[Opening MATERIAL PROVIDED section]

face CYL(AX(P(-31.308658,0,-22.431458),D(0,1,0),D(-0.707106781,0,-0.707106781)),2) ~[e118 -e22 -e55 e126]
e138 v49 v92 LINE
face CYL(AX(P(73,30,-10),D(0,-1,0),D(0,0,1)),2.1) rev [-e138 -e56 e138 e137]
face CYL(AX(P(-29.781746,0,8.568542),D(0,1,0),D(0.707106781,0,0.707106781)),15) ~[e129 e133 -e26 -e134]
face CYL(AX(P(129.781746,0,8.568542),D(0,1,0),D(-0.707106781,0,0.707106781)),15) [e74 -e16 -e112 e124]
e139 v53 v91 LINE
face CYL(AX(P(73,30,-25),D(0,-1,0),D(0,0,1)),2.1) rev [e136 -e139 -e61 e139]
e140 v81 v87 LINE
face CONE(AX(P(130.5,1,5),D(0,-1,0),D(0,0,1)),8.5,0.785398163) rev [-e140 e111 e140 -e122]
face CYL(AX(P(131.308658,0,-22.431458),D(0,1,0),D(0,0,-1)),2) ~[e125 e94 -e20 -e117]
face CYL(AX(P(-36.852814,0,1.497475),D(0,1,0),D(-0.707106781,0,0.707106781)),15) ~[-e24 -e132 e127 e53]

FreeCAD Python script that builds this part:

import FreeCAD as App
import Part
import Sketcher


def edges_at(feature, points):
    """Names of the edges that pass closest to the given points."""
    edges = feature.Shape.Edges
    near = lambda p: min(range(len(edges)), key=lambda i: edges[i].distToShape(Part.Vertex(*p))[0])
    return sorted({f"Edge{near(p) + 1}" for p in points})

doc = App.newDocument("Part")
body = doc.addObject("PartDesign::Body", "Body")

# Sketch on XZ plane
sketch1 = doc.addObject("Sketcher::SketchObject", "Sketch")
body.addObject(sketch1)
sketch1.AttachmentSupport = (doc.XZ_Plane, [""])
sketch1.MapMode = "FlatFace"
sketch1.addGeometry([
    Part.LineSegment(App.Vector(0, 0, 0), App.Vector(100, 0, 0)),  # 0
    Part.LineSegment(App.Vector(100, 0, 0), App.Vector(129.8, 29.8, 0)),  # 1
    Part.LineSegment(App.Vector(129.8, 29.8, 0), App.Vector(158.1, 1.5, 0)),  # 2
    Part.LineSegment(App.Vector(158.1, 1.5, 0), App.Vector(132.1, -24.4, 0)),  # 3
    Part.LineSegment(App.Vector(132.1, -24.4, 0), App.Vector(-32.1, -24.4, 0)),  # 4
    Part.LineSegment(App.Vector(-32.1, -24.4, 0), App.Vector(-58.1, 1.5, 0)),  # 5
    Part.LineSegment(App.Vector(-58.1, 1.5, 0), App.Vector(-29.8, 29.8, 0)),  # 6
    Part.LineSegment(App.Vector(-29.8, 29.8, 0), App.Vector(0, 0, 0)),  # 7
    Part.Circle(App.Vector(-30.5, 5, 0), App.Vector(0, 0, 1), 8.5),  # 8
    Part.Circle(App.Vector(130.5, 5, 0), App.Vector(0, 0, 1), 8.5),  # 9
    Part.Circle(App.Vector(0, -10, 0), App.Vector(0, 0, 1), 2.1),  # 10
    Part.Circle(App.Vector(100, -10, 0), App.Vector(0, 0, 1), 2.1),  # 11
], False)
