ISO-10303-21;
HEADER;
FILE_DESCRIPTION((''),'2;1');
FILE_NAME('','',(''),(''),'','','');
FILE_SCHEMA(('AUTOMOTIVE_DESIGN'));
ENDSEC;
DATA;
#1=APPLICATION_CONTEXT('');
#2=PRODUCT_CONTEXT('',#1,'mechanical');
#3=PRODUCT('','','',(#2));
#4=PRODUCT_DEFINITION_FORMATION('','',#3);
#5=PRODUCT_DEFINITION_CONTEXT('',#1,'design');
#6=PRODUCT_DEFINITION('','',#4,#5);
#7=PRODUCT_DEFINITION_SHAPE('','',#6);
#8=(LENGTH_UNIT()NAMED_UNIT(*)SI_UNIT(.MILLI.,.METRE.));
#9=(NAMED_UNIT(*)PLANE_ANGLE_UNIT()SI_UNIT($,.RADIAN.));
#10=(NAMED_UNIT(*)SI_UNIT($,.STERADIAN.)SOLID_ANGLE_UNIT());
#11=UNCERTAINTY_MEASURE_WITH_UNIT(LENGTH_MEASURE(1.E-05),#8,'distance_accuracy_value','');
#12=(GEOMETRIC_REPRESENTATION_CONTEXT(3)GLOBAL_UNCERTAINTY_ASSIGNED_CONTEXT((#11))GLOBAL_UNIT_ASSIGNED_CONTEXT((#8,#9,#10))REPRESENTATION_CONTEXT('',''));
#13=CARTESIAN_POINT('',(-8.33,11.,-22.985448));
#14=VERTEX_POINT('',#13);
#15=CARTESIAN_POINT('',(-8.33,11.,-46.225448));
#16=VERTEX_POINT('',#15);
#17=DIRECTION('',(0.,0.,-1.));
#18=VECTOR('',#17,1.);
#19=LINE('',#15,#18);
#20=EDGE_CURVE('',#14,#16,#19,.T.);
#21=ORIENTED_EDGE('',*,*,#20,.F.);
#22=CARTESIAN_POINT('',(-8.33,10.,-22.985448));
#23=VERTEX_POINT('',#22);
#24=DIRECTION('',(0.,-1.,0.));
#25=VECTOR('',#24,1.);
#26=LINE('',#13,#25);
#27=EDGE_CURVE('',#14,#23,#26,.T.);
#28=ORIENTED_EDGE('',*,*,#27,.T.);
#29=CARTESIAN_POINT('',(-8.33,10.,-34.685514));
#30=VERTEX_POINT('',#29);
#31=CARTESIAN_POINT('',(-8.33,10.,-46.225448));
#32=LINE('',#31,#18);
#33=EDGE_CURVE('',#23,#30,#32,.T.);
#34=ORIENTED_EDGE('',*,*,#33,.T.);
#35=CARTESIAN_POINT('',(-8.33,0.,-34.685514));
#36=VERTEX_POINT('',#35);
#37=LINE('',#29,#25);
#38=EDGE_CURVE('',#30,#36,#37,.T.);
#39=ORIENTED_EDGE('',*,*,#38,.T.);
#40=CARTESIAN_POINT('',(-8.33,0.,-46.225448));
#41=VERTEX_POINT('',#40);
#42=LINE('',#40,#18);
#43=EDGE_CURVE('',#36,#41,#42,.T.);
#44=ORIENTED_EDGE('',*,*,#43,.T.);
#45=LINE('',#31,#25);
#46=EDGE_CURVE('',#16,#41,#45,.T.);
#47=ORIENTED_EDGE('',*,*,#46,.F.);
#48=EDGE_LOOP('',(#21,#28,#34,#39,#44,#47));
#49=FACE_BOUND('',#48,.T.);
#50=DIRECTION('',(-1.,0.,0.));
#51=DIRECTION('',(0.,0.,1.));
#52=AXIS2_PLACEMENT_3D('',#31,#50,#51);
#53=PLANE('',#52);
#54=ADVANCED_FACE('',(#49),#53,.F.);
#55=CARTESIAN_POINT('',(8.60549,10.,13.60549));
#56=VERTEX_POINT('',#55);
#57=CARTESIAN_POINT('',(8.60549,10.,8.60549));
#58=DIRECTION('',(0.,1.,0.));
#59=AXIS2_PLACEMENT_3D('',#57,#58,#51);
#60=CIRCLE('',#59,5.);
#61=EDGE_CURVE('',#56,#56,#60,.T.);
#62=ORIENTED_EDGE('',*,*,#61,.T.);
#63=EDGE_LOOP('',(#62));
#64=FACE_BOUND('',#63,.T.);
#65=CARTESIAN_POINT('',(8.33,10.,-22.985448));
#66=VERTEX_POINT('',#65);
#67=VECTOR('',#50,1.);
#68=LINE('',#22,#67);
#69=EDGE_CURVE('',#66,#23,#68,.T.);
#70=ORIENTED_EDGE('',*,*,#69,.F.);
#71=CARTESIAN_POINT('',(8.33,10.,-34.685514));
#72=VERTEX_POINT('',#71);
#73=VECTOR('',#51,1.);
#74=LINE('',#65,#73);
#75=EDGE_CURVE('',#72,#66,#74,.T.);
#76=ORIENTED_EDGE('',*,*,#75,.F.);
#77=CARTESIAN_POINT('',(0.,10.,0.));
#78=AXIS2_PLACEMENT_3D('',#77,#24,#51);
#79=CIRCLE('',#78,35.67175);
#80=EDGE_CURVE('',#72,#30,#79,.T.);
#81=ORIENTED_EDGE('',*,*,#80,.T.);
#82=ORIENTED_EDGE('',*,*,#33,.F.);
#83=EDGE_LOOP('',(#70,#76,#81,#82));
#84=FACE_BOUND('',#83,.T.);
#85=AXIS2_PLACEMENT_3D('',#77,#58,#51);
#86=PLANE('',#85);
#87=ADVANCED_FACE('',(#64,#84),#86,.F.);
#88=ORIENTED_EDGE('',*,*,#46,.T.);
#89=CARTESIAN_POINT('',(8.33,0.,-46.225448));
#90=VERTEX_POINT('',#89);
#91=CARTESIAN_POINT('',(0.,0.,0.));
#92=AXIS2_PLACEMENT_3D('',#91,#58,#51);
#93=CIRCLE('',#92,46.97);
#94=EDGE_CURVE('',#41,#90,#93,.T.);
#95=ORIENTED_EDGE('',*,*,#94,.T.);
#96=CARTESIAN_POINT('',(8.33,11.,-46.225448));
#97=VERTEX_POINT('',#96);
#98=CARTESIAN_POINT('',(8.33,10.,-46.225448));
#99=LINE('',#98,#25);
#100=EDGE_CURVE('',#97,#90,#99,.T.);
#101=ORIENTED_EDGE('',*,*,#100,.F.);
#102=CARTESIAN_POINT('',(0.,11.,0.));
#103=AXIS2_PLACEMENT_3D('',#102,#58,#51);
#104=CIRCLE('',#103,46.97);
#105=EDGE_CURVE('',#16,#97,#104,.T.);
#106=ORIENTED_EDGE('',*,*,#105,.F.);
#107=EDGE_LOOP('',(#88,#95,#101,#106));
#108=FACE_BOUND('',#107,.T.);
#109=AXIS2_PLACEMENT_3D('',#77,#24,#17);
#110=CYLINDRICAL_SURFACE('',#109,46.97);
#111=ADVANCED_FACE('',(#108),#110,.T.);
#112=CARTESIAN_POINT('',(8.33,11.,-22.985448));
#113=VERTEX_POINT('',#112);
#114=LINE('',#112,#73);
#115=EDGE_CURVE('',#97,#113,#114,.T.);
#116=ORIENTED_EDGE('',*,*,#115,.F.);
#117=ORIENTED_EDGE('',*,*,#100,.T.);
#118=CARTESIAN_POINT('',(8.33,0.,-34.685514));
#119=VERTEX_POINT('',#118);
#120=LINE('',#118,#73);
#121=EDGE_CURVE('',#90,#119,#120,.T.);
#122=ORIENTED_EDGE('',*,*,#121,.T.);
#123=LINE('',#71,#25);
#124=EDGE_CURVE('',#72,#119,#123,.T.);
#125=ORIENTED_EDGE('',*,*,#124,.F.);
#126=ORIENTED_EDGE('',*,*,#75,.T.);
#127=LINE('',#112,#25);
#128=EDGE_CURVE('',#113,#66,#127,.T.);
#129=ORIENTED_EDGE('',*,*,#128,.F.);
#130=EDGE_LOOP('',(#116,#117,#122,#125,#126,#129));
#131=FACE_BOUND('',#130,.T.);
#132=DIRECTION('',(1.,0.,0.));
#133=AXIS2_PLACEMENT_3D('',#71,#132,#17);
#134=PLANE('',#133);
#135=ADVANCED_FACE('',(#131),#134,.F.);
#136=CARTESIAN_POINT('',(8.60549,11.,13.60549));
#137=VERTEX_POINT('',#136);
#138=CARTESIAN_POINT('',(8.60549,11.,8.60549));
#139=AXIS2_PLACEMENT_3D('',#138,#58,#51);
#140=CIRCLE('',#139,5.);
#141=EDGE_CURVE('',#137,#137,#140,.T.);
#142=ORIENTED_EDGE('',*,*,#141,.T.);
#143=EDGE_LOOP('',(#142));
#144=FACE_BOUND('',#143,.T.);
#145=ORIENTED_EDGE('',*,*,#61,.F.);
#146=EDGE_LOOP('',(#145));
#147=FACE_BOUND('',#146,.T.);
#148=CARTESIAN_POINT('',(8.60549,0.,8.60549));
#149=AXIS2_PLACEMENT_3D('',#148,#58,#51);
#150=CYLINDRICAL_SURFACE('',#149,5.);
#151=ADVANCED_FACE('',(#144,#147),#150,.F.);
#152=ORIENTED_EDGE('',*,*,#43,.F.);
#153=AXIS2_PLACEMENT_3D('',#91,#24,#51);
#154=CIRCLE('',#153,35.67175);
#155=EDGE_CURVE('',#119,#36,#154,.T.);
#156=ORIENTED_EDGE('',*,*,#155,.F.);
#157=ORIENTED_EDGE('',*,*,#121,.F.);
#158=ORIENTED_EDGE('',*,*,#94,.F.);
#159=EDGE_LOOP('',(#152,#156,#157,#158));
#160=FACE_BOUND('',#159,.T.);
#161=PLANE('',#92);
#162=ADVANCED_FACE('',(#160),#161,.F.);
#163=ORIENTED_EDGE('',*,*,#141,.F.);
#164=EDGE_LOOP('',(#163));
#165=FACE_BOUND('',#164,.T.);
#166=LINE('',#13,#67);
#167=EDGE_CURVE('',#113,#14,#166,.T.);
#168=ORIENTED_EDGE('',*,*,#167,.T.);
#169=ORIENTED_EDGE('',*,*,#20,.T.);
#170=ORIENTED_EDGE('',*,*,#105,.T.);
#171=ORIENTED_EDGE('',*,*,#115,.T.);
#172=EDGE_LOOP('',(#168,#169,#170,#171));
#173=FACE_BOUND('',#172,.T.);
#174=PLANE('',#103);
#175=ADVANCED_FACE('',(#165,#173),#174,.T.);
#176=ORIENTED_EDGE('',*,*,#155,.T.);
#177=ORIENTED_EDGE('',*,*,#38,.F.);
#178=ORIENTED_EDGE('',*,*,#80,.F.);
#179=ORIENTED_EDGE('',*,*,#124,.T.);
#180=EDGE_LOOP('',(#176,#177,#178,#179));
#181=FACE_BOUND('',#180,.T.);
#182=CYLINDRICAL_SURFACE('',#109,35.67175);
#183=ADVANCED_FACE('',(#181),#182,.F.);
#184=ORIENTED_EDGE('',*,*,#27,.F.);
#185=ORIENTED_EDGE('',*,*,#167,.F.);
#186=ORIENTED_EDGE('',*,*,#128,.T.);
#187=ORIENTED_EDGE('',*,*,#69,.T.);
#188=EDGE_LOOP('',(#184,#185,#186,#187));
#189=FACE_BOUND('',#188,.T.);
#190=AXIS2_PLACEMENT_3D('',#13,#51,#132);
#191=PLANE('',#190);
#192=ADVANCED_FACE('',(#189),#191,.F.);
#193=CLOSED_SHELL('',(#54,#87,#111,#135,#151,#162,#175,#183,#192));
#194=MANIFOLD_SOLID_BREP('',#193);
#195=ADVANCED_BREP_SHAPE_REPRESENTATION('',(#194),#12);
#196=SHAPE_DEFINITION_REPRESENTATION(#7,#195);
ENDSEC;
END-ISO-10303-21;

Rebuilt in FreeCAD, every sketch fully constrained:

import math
import FreeCAD as App
import Part
import Sketcher
from FreeCAD import Vector

doc = App.newDocument("Part")
body = doc.addObject("PartDesign::Body", "Body")

sketch1 = doc.addObject("Sketcher::SketchObject", "Sketch")
body.addObject(sketch1)
sketch1.AttachmentSupport = (doc.XZ_Plane, [""])
sketch1.MapMode = "FlatFace"
sketch1.addGeometry(Part.LineSegment(Vector(-8, -35, 0), Vector(-8, -46, 0)), False)
sketch1.addGeometry(Part.ArcOfCircle(Part.Circle(Vector(0, 0, 0), Vector(0, 0, 1), 47), math.radians(-80), math.radians(260)), False)
sketch1.addGeometry(Part.LineSegment(Vector(8, -46, 0), Vector(8, -35, 0)), False)
sketch1.addGeometry(Part.ArcOfCircle(Part.Circle(Vector(0, 0, 0), Vector(0, 0, 1), 36), math.radians(-76), math.radians(256)), False)
sketch1.addConstraint(Sketcher.Constraint("Coincident", 0, 2, 1, 2))
sketch1.addConstraint(Sketcher.Constraint("Coincident", 1, 1, 2, 1))
sketch1.addConstraint(Sketcher.Constraint("Coincident", 2, 2, 3, 1))
sketch1.addConstraint(Sketcher.Constraint("Coincident", 3, 2, 0, 1))
sketch1.addConstraint(Sketcher.Constraint("Vertical", 0))
sketch1.addConstraint(Sketcher.Constraint("Vertical", 2))
sketch1.addConstraint(Sketcher.Constraint("Coincident", 1, 3, -1, 1))
sketch1.addConstraint(Sketcher.Constraint("Coincident", 3, 3, -1, 1))
sketch1.addConstraint(Sketcher.Constraint("Horizontal", 0, 2, 1, 1))
sketch1.addConstraint(Sketcher.Constraint("Radius", 1, 46.97))
sketch1.addConstraint(Sketcher.Constraint("DistanceX", 0, 2, -1, 1, 8.33))
sketch1.addConstraint(Sketcher.Constraint("Radius", 3, 35.67175))
pad1 = doc.addObject("PartDesign::Pad", "Pad")
body.addObject(pad1)
pad1.Profile = sketch1
pad1.Length = 10
pad1.Reversed = True

sketch2 = doc.addObject("Sketcher::SketchObject", "Sketch001")
body.addObject(sketch2)
sketch2.AttachmentSupport = (doc.XZ_Plane, [""])
sketch2.MapMode = "FlatFace"
sketch2.AttachmentOffset = App.Placement(Vector(0, 0, -10), App.Rotation())
sketch2.addGeometry(Part.LineSegment(Vector(-8, -23, 0), Vector(-8, -46, 0)), False)
sketch2.addGeometry(Part.ArcOfCircle(Part.Circle(Vector(0, 0, 0), Vector(0, 0, 1), 47), math.radians(-80), math.radians(260)), False)
sketch2.addGeometry(Part.LineSegment(Vector(8, -46, 0), Vector(8, -23, 0)), False)
sketch2.addGeometry(Part.LineSegment(Vector(8, -23, 0), Vector(-8, -23, 0)), False)
sketch2.addConstraint(Sketcher.Constraint("Coincident", 0, 2, 1, 2))
sketch2.addConstraint(Sketcher.Constraint("Coincident", 1, 1, 2, 1))
sketch2.addConstraint(Sketcher.Constraint("Coincident", 2, 2, 3, 1))
sketch2.addConstraint(Sketcher.Constraint("Coincident", 3, 2, 0, 1))
sketch2.addConstraint(Sketcher.Constraint("Vertical", 0))
sketch2.addConstraint(Sketcher.Constraint("Vertical", 2))
sketch2.addConstraint(Sketcher.Constraint("Horizontal", 3))
sketch2.addConstraint(Sketcher.Constraint("Coincident", 1, 3, -1, 1))
sketch2.addConstraint(Sketcher.Constraint("Horizontal", 0, 2, 1, 1))
sketch2.addConstraint(Sketcher.Constraint("Radius", 1, 46.97))
sketch2.addConstraint(Sketcher.Constraint("DistanceX", 3, 2, 3, 1, 16.66))
sketch2.addConstraint(Sketcher.Constraint("DistanceY", 0, 2, 0, 1, 23.24))
pad2 = doc.addObject("PartDesign::Pad", "Pad001")
body.addObject(pad2)
pad2.Profile = sketch2
pad2.Length = 1
pad2.Reversed = True

sketch3 = doc.addObject("Sketcher::SketchObject", "Sketch002")
body.addObject(sketch3)
sketch3.AttachmentSupport = (doc.XZ_Plane, [""])
sketch3.MapMode = "FlatFace"
sketch3.AttachmentOffset = App.Placement(Vector(0, 0, -11), App.Rotation())
sketch3.addGeometry(Part.Circle(Vector(9, 9, 0), Vector(0, 0, 1), 5), False)
sketch3.addConstraint(Sketcher.Constraint("Diameter", 0, 10.0))
sketch3.addConstraint(Sketcher.Constraint("DistanceX", -1, 1, 0, 3, 8.60549))
sketch3.addConstraint(Sketcher.Constraint("DistanceY", -1, 1, 0, 3, 8.60549))
pocket1 = doc.addObject("PartDesign::Pocket", "Pocket")
body.addObject(pocket1)
pocket1.Profile = sketch3
pocket1.Type = "ThroughAll"
pocket1.Reversed = True

doc.recompute()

[Closing MATERIAL PROVIDED section]

--- TASK OBJECTIVE ---
Nothing but the lines from the top of the records down to the line with "face CYL(AX(P(73,30,-10),D(0,-1,0),D(0,0,1)),2.1) rev" belongs in the answer; repeat them exactly.

--- OUTPUT OF THE TASK ---
face CYL(AX(P(-31.308658,0,-22.431458),D(0,1,0),D(-0.707106781,0,-0.707106781)),2) ~[e118 -e22 -e55 e126]
e138 v49 v92 LINE
face CYL(AX(P(73,30,-10),D(0,-1,0),D(0,0,1)),2.1) rev [-e138 -e56 e138 e137]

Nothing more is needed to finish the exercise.